Fetch data from an existing table.

  • schema (string): The name of the schema to use in the specified database.
  • physicalName (string): The name of the table to use in the specified database.

SQL Source

Fetch data from the results of a custom SQL query.

  • sql (string): The SQL statement used to fetch data for this model.

Columns

The columns (metrics, attributes, dates) of the Data Model. Each item in the array is an object in one of the following formats:

Date Column

Specifies a date column.

  • id (string): The persistent identifier for the column.
  • type (string): The type of this column, which in this case should always be 'datetime'.
  • physicalName (string): The name of the column as it appears in the underlying data source.
  • primaryDate (boolean): Flag indicating whether the column is the primary date. Exactly one datetime column should have this set to true.

Attribute Column

Specifies an attribute column.

  • id (string): The persistent identifier for the column.
  • type (string): The type of this column, which in this case should always be 'attribute'.
  • physicalName (string): The name of the column as it appears in the underlying data source.

Row Count Column

Specifies the 'row count' metric column.

  • id (string): The persistent identifier for this column.
  • type (string): The type of this column, which in this case should always be 'metric'.
  • name (string): The user-visible name for this column.
  • aggregate (string): The type of aggregation for this column, which in this case should always be 'row_count'.

Metric Column

Specifies a metric column that fetches data from a column in the underlying data source. Cannot contain additional properties.
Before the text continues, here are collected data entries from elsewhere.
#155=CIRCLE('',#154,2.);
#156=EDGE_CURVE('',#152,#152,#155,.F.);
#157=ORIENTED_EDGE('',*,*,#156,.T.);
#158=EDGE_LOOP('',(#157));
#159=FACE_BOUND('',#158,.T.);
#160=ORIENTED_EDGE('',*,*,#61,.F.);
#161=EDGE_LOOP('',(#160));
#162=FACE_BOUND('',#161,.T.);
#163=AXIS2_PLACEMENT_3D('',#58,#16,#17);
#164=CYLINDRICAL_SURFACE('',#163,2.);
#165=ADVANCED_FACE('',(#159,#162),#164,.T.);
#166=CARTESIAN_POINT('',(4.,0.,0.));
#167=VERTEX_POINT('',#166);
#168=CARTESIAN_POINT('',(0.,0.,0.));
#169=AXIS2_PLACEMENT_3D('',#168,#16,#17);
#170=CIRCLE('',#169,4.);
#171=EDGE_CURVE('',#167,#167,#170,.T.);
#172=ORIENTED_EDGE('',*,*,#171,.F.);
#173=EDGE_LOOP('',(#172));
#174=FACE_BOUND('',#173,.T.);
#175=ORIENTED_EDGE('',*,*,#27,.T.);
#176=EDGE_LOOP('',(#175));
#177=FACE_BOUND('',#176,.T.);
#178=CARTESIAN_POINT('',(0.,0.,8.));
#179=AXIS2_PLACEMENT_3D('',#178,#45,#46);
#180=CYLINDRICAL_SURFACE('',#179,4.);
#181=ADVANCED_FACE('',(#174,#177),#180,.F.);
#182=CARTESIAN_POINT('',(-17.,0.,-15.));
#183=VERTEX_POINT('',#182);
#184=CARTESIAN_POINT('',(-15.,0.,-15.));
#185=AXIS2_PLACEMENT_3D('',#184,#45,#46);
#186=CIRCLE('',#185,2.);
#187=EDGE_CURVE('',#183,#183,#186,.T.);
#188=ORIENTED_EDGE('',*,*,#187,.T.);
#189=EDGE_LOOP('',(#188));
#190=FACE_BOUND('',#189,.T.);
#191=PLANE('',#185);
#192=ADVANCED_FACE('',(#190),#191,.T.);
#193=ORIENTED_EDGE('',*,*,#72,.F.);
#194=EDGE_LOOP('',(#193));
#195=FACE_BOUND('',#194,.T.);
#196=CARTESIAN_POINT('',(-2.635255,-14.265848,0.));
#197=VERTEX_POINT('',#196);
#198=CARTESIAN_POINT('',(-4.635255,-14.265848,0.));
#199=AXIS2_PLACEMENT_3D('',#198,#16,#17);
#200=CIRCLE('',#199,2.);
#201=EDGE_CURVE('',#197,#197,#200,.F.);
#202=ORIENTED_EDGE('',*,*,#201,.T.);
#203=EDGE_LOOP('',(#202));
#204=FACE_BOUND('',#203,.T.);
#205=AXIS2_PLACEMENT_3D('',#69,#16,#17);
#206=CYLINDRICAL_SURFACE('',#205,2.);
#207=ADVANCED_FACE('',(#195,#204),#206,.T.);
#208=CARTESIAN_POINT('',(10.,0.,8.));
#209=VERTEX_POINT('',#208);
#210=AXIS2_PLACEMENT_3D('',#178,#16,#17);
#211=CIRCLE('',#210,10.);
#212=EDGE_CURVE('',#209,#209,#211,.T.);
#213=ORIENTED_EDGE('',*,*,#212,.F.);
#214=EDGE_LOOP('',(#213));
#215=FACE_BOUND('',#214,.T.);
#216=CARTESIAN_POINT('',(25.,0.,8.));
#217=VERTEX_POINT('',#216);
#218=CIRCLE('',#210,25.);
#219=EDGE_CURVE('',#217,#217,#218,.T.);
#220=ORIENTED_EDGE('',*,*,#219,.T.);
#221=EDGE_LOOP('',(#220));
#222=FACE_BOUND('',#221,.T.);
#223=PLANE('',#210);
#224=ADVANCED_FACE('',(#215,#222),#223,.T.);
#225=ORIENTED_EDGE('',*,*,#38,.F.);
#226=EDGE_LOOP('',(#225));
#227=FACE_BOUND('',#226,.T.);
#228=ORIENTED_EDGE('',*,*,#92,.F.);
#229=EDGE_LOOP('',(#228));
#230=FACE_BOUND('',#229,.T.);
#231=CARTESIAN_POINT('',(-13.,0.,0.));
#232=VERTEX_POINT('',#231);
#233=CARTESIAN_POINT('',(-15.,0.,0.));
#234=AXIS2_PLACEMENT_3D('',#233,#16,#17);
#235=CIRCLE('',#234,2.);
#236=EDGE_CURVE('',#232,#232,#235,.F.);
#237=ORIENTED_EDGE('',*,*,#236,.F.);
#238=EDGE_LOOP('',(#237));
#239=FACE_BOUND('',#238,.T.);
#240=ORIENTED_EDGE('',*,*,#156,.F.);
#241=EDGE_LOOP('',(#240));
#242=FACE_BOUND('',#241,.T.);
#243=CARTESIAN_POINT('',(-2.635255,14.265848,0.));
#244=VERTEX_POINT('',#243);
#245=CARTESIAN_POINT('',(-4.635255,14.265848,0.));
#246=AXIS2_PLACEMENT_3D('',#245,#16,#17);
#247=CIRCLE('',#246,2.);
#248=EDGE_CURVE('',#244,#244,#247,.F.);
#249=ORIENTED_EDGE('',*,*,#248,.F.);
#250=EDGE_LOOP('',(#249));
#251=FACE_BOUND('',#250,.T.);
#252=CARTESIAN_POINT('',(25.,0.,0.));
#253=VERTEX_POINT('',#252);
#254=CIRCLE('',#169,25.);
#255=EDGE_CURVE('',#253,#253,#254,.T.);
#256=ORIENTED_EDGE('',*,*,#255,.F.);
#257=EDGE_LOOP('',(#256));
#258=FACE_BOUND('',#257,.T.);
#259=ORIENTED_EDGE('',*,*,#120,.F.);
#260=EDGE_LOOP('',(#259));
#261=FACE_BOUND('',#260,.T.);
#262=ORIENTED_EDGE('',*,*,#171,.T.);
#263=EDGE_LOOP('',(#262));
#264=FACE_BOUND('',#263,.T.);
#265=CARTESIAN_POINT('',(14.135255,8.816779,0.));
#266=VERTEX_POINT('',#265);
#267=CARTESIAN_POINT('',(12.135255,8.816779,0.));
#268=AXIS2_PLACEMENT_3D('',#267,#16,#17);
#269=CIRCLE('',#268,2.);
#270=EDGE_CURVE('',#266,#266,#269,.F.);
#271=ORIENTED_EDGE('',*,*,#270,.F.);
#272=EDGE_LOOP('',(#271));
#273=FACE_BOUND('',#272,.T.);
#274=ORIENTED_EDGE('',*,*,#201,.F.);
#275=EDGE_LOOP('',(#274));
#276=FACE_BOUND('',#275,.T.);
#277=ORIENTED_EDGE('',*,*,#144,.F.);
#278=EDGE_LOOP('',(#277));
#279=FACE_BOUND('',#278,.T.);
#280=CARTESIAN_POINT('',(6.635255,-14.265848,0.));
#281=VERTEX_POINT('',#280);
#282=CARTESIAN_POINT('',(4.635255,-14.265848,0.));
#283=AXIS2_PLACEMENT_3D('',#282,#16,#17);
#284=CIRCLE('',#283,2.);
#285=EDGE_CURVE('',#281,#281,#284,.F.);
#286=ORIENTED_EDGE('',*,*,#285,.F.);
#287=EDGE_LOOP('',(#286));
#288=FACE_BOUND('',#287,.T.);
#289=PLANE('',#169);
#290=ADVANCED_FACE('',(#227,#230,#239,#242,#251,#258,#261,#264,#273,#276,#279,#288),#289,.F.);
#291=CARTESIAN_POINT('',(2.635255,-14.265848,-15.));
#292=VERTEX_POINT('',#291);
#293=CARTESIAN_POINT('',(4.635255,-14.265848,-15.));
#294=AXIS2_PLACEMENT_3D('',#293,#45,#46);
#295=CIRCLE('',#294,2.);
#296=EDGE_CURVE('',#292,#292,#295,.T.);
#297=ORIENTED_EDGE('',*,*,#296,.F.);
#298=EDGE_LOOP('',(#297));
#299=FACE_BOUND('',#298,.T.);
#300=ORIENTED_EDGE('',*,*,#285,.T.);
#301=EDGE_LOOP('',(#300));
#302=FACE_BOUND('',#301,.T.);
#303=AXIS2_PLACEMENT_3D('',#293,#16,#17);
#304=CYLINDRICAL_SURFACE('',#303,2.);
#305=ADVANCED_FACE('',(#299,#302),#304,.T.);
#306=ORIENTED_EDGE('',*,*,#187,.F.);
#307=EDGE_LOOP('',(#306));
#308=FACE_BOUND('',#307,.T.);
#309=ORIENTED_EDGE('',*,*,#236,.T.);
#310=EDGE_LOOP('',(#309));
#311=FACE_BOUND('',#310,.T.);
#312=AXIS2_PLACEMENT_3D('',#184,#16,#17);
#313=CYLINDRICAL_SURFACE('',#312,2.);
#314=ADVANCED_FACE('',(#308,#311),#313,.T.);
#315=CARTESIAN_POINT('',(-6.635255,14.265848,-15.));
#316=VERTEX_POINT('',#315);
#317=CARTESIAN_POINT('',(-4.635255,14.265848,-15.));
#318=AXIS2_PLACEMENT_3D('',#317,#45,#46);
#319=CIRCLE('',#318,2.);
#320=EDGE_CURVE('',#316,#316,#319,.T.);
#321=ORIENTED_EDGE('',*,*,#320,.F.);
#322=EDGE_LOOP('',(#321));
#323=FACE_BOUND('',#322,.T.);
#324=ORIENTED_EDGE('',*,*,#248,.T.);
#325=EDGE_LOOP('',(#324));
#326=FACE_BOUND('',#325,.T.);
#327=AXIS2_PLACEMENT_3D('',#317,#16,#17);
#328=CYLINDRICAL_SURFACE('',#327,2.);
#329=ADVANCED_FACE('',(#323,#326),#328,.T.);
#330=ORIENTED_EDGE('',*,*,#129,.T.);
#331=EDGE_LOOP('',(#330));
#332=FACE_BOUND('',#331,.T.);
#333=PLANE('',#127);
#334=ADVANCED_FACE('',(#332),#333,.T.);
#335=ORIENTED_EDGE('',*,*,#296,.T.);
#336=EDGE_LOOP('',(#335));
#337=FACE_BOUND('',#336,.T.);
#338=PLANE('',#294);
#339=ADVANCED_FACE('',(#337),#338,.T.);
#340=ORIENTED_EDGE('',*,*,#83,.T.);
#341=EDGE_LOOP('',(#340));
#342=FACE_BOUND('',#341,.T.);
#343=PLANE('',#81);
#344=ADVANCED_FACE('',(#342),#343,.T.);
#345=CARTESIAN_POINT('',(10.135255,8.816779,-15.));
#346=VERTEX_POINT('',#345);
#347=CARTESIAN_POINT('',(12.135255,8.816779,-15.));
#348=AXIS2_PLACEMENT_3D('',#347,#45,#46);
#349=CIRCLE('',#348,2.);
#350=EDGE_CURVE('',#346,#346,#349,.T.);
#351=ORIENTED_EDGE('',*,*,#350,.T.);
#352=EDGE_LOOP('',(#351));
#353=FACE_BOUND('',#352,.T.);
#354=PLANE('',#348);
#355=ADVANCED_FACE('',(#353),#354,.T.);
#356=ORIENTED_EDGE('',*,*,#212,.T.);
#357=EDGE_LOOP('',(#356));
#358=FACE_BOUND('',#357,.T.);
  • id (string): The persistent identifier for the column.
  • type (string): The type of this column, which in this case should always be 'metric'.
  • physicalName (string): The name of the column as it appears in the underlying data source.
  • name (string): The user-visible name for this column.
  • aggregate (string): Specifies how to aggregate data from this column. Must be one of: ['count', 'count_distinct', 'sum', 'min', 'max', 'avg'].

SQL Metric Column

Specifies a metric column that fetches data using a custom SQL aggregation. Cannot contain additional properties.

  • id (string): The persistent identifier for the column.
  • type (string): The type of this column, which in this case should always be 'metric'.
  • name (string): The user-visible name for this column.
  • sql (string): SQL expression defining the column.